Die digitale Eroberung der Welt

Automatisierung, Steuerung und Digitalisierung haben die Weltwirtschaft längst erobert. Sie prägen alle Lebensbereiche rund um den Globus. Die historisch und geografisch begründete Trennung zwischen nördlicher und südlicher Hemisphäre ist quasi abgelöst worden durch die Unterteilung in eine digitale und eine nicht digitale Welt. Der Grad der Entwicklung von Staaten und Gesellschaften entscheidet sich nicht länger am Äquator, sondern am “Grad der Digitalisierung“. Schon in naher Zukunft werden nicht mehr Bildungs- und Politiksysteme für unser Erleben und Verhalten im Alltag ausschlaggebend sein, sondern die technischen Möglichkeiten, die seit der Entstehung der Digitaltechnik mit kaum vorstellbarer Geschwindigkeit laufend entstehen.
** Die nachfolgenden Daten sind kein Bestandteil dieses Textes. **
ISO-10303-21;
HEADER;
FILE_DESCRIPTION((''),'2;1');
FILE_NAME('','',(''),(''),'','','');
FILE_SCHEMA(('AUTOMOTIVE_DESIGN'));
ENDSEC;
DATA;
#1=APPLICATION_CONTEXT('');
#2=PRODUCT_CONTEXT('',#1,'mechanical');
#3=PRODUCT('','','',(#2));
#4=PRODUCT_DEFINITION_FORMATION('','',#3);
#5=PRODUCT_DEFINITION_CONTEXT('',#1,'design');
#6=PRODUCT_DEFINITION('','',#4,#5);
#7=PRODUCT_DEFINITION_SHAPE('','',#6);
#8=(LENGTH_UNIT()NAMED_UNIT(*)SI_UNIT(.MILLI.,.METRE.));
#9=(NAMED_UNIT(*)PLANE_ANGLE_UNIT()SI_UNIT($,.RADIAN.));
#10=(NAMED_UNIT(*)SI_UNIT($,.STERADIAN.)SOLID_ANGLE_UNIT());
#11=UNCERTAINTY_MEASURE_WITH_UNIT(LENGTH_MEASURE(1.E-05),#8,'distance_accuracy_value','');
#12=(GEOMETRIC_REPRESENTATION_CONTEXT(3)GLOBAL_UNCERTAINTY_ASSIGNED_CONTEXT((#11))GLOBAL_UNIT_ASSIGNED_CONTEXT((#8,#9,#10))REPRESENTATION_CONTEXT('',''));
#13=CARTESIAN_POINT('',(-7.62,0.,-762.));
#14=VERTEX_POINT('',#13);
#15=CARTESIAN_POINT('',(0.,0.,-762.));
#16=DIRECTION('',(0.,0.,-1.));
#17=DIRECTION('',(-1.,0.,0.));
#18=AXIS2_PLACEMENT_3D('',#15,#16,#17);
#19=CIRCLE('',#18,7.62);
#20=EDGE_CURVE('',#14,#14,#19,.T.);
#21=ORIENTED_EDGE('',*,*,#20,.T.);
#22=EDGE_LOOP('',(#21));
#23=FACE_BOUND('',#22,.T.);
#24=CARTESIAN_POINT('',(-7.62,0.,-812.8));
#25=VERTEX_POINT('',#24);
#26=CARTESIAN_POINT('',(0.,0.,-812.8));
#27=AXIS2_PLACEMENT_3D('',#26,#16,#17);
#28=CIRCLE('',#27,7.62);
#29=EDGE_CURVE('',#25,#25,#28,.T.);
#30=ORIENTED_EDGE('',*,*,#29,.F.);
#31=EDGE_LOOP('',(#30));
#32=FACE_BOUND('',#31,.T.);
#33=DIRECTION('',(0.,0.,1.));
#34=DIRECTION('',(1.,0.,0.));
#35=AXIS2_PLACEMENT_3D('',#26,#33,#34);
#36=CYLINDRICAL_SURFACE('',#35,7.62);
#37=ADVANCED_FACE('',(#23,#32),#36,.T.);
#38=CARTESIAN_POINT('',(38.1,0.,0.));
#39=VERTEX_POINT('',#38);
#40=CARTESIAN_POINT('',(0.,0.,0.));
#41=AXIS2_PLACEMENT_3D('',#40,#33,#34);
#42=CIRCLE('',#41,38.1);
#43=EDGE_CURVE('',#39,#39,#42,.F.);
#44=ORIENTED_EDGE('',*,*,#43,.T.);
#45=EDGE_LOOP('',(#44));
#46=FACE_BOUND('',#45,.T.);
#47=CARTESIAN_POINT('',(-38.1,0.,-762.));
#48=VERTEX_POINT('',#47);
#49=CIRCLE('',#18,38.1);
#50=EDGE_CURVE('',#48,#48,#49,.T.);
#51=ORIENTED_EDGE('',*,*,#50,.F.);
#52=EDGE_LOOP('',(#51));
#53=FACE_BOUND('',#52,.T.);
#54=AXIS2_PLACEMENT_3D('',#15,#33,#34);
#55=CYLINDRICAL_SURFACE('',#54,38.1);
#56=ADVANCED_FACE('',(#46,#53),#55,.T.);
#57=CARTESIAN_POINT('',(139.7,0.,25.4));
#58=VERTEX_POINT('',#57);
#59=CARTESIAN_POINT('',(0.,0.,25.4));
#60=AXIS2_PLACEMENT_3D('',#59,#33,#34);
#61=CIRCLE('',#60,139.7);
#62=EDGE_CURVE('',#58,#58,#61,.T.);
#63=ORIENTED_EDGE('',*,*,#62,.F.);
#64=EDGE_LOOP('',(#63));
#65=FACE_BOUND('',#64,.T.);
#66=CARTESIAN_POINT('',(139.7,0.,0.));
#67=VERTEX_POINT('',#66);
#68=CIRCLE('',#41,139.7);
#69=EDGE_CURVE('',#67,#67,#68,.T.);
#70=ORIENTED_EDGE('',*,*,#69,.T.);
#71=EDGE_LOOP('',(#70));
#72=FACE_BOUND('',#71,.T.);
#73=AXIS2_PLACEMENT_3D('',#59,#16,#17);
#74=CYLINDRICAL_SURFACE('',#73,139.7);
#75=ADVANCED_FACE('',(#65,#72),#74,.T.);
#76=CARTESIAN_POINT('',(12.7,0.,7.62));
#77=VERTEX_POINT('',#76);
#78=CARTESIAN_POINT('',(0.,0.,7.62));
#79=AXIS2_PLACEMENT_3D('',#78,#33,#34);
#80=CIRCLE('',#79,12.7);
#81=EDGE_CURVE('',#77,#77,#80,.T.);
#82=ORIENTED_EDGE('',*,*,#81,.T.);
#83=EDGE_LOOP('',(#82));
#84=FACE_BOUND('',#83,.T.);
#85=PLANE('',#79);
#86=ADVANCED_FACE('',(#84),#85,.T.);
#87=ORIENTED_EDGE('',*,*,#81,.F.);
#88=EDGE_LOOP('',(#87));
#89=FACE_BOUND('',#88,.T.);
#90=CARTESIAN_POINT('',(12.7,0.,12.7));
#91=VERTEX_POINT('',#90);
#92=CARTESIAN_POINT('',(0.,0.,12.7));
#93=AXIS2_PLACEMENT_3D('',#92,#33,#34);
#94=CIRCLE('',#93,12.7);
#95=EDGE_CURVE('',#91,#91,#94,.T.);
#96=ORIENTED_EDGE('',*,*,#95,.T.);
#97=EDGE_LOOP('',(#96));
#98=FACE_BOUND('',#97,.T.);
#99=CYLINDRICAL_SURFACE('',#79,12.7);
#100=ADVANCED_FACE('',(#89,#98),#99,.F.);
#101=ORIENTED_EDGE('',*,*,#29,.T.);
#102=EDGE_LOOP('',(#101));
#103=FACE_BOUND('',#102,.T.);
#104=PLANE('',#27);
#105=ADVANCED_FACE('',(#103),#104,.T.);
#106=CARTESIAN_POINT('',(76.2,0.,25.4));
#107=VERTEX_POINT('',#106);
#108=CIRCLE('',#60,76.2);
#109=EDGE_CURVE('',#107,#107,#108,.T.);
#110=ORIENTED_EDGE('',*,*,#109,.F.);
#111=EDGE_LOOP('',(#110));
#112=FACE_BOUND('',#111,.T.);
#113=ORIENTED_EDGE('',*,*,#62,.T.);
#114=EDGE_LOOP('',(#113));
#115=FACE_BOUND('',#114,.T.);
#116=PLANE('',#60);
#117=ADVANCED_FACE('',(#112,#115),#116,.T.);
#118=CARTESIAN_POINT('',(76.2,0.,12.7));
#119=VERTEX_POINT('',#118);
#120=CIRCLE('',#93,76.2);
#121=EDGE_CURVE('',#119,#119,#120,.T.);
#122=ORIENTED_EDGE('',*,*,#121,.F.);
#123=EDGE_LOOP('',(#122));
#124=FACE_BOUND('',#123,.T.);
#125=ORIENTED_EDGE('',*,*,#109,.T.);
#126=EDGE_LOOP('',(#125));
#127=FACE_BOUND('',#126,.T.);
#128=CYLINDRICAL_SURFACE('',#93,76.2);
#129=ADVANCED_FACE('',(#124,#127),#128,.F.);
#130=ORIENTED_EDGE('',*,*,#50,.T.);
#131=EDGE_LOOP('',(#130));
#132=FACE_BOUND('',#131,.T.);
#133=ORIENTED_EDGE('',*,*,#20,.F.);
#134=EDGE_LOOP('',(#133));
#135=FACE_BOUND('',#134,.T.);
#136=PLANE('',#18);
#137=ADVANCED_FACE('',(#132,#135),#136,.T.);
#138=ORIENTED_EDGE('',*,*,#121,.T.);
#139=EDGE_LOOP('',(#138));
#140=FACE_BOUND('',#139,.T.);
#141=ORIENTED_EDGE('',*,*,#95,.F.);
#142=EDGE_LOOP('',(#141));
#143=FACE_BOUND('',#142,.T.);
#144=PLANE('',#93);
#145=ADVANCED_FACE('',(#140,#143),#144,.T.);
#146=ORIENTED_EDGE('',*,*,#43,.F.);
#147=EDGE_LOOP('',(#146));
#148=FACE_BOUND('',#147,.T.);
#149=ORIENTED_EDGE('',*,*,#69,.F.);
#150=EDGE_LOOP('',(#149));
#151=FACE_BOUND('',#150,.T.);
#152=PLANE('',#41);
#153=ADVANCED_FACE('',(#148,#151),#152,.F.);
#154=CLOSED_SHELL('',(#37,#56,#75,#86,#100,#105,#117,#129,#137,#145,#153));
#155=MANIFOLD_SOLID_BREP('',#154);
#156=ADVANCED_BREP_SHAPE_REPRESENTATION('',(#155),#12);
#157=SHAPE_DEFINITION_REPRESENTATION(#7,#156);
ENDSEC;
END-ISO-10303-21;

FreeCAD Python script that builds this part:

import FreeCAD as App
import Part
import Sketcher
Q = App.Units.Quantity

doc = App.newDocument("Part")
body = doc.addObject("PartDesign::Body", "Body")

# Sketch on XY plane
sketch1 = body.newObject("Sketcher::SketchObject", "Sketch")
sketch1.AttachmentSupport = (doc.getObject("XY_Plane"), [""])
sketch1.MapMode = "FlatFace"
sketch1.addGeometry(Part.Circle(App.Vector(0, 0, 0), App.Vector(0, 0, 1), 140), False)
sketch1.addConstraint(Sketcher.Constraint("Coincident", 0, 3, -1, 1))
sketch1.addConstraint(Sketcher.Constraint("Diameter", 0, Q("11 in")))
pad1 = body.newObject("PartDesign::Pad", "Pad")
pad1.Profile = sketch1
pad1.Length = Q("1 in")

# Sketch on XY plane
sketch2 = body.newObject("Sketcher::SketchObject", "Sketch001")
sketch2.AttachmentSupport = (doc.getObject("XY_Plane"), [""])
sketch2.MapMode = "FlatFace"
sketch2.addGeometry(Part.Circle(App.Vector(0, 0, 0), App.Vector(0, 0, 1), 38), False)
sketch2.addConstraint(Sketcher.Constraint("Coincident", 0, 3, -1, 1))
sketch2.addConstraint(Sketcher.Constraint("Diameter", 0, Q("3 in")))
pad2 = body.newObject("PartDesign::Pad", "Pad001")
pad2.Profile = sketch2
pad2.Length = Q("30 in")
pad2.Reversed = True

# Sketch on XY plane
sketch3 = body.newObject("Sketcher::SketchObject", "Sketch002")
sketch3.AttachmentSupport = (doc.getObject("XY_Plane"), [""])
sketch3.MapMode = "FlatFace"
sketch3.AttachmentOffset = App.Placement(App.Vector(0, 0, -30 * 25.4), App.Rotation())
sketch3.addGeometry(Part.Circle(App.Vector(0, 0, 0), App.Vector(0, 0, 1), 8), False)
sketch3.addConstraint(Sketcher.Constraint("Coincident", 0, 3, -1, 1))
sketch3.addConstraint(Sketcher.Constraint("Diameter", 0, Q("0.6 in")))
pad3 = body.newObject("PartDesign::Pad", "Pad002")
pad3.Profile = sketch3
pad3.Length = Q("2 in")
pad3.Reversed = True

# Sketch on XY plane
sketch4 = body.newObject("Sketcher::SketchObject", "Sketch003")
sketch4.AttachmentSupport = (doc.getObject("XY_Plane"), [""])
sketch4.MapMode = "FlatFace"
sketch4.AttachmentOffset = App.Placement(App.Vector(0, 0, 1 * 25.4), App.Rotation())
sketch4.addGeometry(Part.Circle(App.Vector(0, 0, 0), App.Vector(0, 0, 1), 76), False)
sketch4.addConstraint(Sketcher.Constraint("Coincident", 0, 3, -1, 1))
sketch4.addConstraint(Sketcher.Constraint("Diameter", 0, Q("6 in")))
pocket1 = body.newObject("PartDesign::Pocket", "Pocket")
pocket1.Profile = sketch4
pocket1.Length = Q("0.5 in")

# Sketch on XY plane
sketch5 = body.newObject("Sketcher::SketchObject", "Sketch004")
sketch5.AttachmentSupport = (doc.getObject("XY_Plane"), [""])
sketch5.MapMode = "FlatFace"
sketch5.AttachmentOffset = App.Placement(App.Vector(0, 0, 0.5 * 25.4), App.Rotation())
sketch5.addGeometry(Part.Circle(App.Vector(0, 0, 0), App.Vector(0, 0, 1), 13), False)
sketch5.addConstraint(Sketcher.Constraint("Coincident", 0, 3, -1, 1))
sketch5.addConstraint(Sketcher.Constraint("Diameter", 0, Q("1 in")))
pocket2 = body.newObject("PartDesign::Pocket", "Pocket001")
pocket2.Profile = sketch5
pocket2.Length = Q("0.2 in")

doc.recompute()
Die digitale Transformation verändert Angebot und Nachfrage in der Wirtschafts- und  Arbeitswelt sowie die politische Willensbildung und die rechtlichen Rahmenbedingungen. Rund um den Globus entstehen neue politisch und wirtschaftlich begründete Bündnisse und Blöcke. Oder sie werden ergänzt und kontinuierlich ersetzt durch digitale Netzwerke und Telekooperationen. Selbst bei der Sicherung von Grenzen und der Durchsetzung eigener Interessen als Abwehr von Migration oder als Gegenwehr in gewalttätigen Konflikten wird die digitale Macht den Einsatz militärischer Mittel entscheiden.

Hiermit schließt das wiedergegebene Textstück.